#### REQUIRED WORK:
Begin at the line containing "#26=EDGE_CURVE('',#23,#14,#25,.T.);" in the entries below and end at the line containing "#35=FACE_BOUND('',#34,.F.);"; transcribe that range exactly and nothing outside it.

-- DATASET ENTRIES follows --

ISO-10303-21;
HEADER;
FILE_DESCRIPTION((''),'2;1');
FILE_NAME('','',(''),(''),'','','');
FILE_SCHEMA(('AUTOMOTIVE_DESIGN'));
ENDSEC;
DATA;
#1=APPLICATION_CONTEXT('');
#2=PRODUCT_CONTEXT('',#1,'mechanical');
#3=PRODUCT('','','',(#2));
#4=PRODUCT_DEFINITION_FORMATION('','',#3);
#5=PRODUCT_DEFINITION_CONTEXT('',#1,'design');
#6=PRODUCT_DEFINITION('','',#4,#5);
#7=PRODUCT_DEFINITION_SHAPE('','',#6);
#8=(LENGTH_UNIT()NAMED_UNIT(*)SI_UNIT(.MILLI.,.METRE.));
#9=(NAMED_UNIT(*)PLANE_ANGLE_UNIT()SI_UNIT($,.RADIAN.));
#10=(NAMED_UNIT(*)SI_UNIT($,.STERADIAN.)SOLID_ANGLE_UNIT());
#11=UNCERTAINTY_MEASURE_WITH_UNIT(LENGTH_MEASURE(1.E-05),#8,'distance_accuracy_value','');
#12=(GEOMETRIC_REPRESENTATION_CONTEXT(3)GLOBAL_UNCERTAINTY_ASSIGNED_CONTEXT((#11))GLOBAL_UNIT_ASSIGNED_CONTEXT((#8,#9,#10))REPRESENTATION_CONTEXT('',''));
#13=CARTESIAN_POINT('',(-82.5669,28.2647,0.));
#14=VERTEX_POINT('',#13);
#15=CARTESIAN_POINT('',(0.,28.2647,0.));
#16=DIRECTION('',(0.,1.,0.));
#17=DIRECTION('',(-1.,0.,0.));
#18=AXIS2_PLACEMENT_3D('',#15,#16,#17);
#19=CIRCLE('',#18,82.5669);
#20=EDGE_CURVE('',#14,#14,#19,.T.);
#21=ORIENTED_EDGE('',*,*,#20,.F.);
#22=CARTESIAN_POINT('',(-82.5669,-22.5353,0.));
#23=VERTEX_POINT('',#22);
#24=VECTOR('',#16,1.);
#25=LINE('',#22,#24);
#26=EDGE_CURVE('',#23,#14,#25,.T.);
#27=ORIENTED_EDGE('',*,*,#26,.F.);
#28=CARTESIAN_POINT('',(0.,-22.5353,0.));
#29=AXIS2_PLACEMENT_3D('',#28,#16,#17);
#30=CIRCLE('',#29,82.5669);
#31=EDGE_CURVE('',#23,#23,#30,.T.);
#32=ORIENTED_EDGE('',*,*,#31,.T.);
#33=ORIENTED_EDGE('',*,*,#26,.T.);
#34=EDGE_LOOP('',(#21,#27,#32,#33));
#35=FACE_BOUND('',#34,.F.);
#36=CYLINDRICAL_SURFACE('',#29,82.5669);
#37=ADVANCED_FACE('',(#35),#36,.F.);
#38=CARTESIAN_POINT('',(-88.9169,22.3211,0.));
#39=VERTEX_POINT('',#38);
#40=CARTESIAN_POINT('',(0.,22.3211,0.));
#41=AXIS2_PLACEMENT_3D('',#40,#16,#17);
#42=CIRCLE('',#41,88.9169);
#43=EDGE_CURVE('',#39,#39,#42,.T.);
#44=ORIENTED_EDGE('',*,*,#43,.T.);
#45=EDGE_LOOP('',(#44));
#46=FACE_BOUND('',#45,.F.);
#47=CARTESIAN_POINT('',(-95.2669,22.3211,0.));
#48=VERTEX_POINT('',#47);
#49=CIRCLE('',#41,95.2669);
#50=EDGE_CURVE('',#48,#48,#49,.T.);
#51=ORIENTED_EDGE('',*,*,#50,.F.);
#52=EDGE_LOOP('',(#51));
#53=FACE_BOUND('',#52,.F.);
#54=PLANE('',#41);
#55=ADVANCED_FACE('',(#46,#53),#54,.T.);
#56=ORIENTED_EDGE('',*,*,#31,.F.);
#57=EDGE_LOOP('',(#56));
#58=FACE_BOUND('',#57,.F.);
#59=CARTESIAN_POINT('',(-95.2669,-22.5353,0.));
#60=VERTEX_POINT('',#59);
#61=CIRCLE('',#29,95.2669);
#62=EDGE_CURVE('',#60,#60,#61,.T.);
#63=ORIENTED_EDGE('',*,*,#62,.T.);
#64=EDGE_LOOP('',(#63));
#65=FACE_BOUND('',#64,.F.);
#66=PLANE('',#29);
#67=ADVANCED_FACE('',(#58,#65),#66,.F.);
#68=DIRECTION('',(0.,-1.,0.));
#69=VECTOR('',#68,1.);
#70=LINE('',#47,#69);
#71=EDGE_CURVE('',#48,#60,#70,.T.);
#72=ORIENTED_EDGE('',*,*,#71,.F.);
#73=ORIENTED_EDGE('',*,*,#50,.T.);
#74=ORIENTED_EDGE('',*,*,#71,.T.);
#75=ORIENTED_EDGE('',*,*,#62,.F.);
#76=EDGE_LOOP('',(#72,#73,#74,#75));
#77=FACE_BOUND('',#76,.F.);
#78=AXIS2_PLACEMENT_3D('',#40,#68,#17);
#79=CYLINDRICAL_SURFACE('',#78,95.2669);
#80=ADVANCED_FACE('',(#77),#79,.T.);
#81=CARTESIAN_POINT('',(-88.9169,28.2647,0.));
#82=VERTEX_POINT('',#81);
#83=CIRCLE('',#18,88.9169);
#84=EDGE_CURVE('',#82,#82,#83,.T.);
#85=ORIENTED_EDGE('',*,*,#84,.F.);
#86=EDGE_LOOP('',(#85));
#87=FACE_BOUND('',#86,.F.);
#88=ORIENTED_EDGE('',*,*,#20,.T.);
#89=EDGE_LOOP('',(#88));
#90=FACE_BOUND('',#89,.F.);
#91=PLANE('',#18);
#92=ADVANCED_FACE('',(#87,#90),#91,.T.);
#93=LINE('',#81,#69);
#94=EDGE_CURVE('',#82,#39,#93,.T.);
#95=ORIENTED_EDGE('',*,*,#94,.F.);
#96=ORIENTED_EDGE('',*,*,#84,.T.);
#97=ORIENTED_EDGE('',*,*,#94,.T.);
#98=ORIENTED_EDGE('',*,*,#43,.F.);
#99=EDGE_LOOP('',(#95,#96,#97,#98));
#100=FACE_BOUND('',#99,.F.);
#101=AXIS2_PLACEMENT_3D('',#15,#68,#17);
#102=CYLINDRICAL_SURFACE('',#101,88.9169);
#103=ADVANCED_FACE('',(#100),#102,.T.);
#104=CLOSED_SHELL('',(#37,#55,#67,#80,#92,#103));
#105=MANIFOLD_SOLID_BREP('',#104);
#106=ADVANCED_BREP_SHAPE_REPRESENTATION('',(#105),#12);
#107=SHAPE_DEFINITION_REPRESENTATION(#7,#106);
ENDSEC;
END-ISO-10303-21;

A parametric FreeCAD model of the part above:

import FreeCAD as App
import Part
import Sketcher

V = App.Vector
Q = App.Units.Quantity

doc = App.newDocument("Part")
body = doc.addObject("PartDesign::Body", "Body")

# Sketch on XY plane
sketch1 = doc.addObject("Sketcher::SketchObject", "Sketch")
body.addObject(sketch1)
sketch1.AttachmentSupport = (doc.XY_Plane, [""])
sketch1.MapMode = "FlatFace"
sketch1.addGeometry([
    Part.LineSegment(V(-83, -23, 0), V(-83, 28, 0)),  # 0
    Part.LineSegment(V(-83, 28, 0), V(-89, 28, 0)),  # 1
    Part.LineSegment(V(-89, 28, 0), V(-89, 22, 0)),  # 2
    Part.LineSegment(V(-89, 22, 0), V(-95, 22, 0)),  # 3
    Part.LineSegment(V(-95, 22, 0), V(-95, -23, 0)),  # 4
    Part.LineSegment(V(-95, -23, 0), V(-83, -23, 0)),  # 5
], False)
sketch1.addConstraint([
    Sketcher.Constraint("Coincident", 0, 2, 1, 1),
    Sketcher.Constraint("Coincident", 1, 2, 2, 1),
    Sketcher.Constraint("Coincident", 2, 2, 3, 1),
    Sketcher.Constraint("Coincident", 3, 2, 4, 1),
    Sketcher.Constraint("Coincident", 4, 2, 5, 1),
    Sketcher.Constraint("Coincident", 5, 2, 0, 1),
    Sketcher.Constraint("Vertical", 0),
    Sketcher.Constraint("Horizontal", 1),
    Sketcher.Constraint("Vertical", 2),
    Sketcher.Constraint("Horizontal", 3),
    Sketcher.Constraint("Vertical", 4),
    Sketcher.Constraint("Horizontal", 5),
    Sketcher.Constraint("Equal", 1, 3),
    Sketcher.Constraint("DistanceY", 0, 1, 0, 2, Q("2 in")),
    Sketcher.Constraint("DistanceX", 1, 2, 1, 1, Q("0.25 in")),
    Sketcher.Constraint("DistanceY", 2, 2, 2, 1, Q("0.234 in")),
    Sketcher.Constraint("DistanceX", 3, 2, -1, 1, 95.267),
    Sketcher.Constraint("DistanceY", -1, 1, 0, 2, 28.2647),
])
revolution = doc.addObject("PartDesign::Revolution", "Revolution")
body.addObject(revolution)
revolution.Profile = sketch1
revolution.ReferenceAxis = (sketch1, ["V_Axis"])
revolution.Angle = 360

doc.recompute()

-- DATASET ENTRIES concluded --

#### RESPONSE TO THE EXERCISE:
#26=EDGE_CURVE('',#23,#14,#25,.T.);
#27=ORIENTED_EDGE('',*,*,#26,.F.);
#28=CARTESIAN_POINT('',(0.,-22.5353,0.));
#29=AXIS2_PLACEMENT_3D('',#28,#16,#17);
#30=CIRCLE('',#29,82.5669);
#31=EDGE_CURVE('',#23,#23,#30,.T.);
#32=ORIENTED_EDGE('',*,*,#31,.T.);
#33=ORIENTED_EDGE('',*,*,#26,.T.);
#34=EDGE_LOOP('',(#21,#27,#32,#33));
#35=FACE_BOUND('',#34,.F.);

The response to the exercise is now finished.